Saved data entries
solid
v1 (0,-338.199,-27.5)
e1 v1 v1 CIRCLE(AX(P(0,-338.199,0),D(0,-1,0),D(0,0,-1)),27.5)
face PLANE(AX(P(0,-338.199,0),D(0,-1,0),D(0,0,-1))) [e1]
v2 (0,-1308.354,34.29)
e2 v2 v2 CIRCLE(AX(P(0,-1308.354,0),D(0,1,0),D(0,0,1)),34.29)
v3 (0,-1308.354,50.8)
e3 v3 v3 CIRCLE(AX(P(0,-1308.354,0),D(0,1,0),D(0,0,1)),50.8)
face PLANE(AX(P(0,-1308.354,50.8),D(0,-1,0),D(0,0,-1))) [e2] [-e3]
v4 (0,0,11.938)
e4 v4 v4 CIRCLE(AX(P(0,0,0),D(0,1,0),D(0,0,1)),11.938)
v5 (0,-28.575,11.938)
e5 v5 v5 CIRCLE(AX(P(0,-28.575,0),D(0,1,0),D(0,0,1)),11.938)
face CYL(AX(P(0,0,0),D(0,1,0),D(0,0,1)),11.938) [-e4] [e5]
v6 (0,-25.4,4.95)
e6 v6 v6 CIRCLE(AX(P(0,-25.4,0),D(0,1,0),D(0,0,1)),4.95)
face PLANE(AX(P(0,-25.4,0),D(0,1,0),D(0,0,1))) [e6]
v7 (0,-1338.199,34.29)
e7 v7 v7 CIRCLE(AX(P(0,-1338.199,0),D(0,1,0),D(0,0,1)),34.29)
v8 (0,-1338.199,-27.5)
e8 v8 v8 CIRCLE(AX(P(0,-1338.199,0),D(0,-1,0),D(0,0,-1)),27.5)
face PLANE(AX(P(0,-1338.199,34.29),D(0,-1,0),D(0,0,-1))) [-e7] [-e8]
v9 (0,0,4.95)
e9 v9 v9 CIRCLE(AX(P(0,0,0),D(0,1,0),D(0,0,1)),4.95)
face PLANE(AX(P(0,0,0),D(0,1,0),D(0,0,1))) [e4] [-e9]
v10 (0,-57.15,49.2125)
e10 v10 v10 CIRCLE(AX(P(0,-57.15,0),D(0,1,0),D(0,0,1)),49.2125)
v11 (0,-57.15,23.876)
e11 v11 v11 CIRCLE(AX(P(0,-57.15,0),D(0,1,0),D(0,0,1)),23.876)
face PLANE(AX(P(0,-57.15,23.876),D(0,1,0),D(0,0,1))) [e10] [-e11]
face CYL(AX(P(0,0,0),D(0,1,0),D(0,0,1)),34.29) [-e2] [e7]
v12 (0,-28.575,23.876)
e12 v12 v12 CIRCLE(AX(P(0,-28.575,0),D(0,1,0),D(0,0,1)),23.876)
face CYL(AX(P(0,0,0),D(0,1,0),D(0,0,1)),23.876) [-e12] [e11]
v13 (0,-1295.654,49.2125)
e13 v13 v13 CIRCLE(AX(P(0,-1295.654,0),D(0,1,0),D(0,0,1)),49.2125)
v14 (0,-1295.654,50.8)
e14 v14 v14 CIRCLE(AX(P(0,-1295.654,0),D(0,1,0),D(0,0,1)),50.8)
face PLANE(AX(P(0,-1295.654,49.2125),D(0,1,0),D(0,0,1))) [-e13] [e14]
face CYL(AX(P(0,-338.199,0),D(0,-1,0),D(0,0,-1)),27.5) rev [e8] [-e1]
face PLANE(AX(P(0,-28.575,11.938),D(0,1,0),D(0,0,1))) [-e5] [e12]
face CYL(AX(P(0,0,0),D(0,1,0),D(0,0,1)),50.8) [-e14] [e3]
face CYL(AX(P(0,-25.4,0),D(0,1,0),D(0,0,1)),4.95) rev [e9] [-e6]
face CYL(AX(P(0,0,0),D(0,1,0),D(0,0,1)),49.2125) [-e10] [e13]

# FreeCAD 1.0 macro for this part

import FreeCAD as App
import Part
import Sketcher
Q = App.Units.Quantity


def add_polygon(sketch, points):
    """Adds a closed chain of lines whose ends are joined by coincident constraints."""
    first, n = sketch.GeometryCount, len(points)
    for a, b in zip(points, points[1:] + points[:1]):
        sketch.addGeometry(Part.LineSegment(App.Vector(*a, 0), App.Vector(*b, 0)), False)
    for i in range(n):
        sketch.addConstraint(Sketcher.Constraint("Coincident", first + i, 2, first + (i + 1) % n, 1))

doc = App.newDocument("Part")
body = doc.addObject("PartDesign::Body", "Body")

sketch1 = body.newObject("Sketcher::SketchObject", "Sketch")
sketch1.AttachmentSupport = (doc.getObject("YZ_Plane"), [""])
sketch1.MapMode = "FlatFace"
add_polygon(sketch1, [(0, 0), (0, 11.9), (-28.6, 11.9), (-28.6, 23.9), (-57.1, 23.9), (-57.1, 49.2), (-1295.7, 49.2), (-1295.7, 50.8), (-1308.4, 50.8), (-1308.4, 34.3), (-1338.2, 34.3), (-1338.2, 0)])
sketch1.addConstraint([
    Sketcher.Constraint("Vertical", 0),
    Sketcher.Constraint("Horizontal", 1),
    Sketcher.Constraint("Vertical", 2),
    Sketcher.Constraint("Horizontal", 3),
    Sketcher.Constraint("Vertical", 4),
    Sketcher.Constraint("Horizontal", 5),
    Sketcher.Constraint("Vertical", 6),
    Sketcher.Constraint("Horizontal", 7),
    Sketcher.Constraint("Vertical", 8),
    Sketcher.Constraint("Horizontal", 9),
    Sketcher.Constraint("Vertical", 10),
    Sketcher.Constraint("Horizontal", 11),
    Sketcher.Constraint("Coincident", 11, 2, -1, 1),
    Sketcher.Constraint("Equal", 1, 3),
    Sketcher.Constraint("Equal", 0, 2),
    Sketcher.Constraint("DistanceX", 7, 2, 7, 1, Q("0.5 in")),
    Sketcher.Constraint("DistanceY", -1, 1, 6, 2, Q("2 in")),
    Sketcher.Constraint("DistanceX", 5, 2, 5, 1, Q("48.76 in")),
    Sketcher.Constraint("DistanceY", 0, 1, 0, 2, Q("0.47 in")),
    Sketcher.Constraint("DistanceY", 8, 2, 8, 1, Q("0.65 in")),
    Sketcher.Constraint("DistanceX", 1, 2, 1, 1, Q("1.125 in")),
    Sketcher.Constraint("DistanceX", 9, 2, 9, 1, Q("1.175 in")),
    Sketcher.Constraint("DistanceY", 6, 1, 6, 2, Q("0.0625 in")),
])
revolution = body.newObject("PartDesign::Revolution", "Revolution")
revolution.Profile = sketch1
revolution.ReferenceAxis = (sketch1, ["H_Axis"])
revolution.Angle = 360

sketch2 = body.newObject("Sketcher::SketchObject", "Sketch001")
sketch2.AttachmentSupport = (doc.getObject("XZ_Plane"), [""])
sketch2.MapMode = "FlatFace"
sketch2.addGeometry(Part.Circle(App.Vector(0, 0, 0), App.Vector(0, 0, 1), 5), False)
sketch2.addConstraint([
    Sketcher.Constraint("Coincident", 0, 3, -1, 1),
    Sketcher.Constraint("Diameter", 0, 9.9),
])
pocket1 = body.newObject("PartDesign::Pocket", "Pocket")
pocket1.Profile = sketch2
pocket1.Length = Q("1 in")
pocket1.Reversed = True

sketch3 = body.newObject("Sketcher::SketchObject", "Sketch002")
sketch3.AttachmentSupport = (doc.getObject("XZ_Plane"), [""])
sketch3.MapMode = "FlatFace"
sketch3.AttachmentOffset = App.Placement(App.Vector(0, 0, 52.685 * 25.4), App.Rotation())
sketch3.addGeometry(Part.Circle(App.Vector(0, 0, 0), App.Vector(0, 0, 1), 28), False)
sketch3.addConstraint([
    Sketcher.Constraint("Coincident", 0, 3, -1, 1),
    Sketcher.Constraint("Diameter", 0, 55.0),
])
pocket2 = body.newObject("PartDesign::Pocket", "Pocket001")
pocket2.Profile = sketch3
pocket2.Length = 1000

doc.recompute()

(PROBLEM TO WORK ON): Retype only the lines above between the line with "e8 v8 v8 CIRCLE(AX(P(0,-1338.199,0),D(0,-1,0),D(0,0,-1)),27.5)" and the line with "e12 v12 v12", counting those two lines as well, and keep every character as it is.

(EXERCISE SOLUTION):
e8 v8 v8 CIRCLE(AX(P(0,-1338.199,0),D(0,-1,0),D(0,0,-1)),27.5)
face PLANE(AX(P(0,-1338.199,34.29),D(0,-1,0),D(0,0,-1))) [-e7] [-e8]
v9 (0,0,4.95)
e9 v9 v9 CIRCLE(AX(P(0,0,0),D(0,1,0),D(0,0,1)),4.95)
face PLANE(AX(P(0,0,0),D(0,1,0),D(0,0,1))) [e4] [-e9]
v10 (0,-57.15,49.2125)
e10 v10 v10 CIRCLE(AX(P(0,-57.15,0),D(0,1,0),D(0,0,1)),49.2125)
v11 (0,-57.15,23.876)
e11 v11 v11 CIRCLE(AX(P(0,-57.15,0),D(0,1,0),D(0,0,1)),23.876)
face PLANE(AX(P(0,-57.15,23.876),D(0,1,0),D(0,0,1))) [e10] [-e11]
face CYL(AX(P(0,0,0),D(0,1,0),D(0,0,1)),34.29) [-e2] [e7]
v12 (0,-28.575,23.876)
e12 v12 v12 CIRCLE(AX(P(0,-28.575,0),D(0,1,0),D(0,0,1)),23.876)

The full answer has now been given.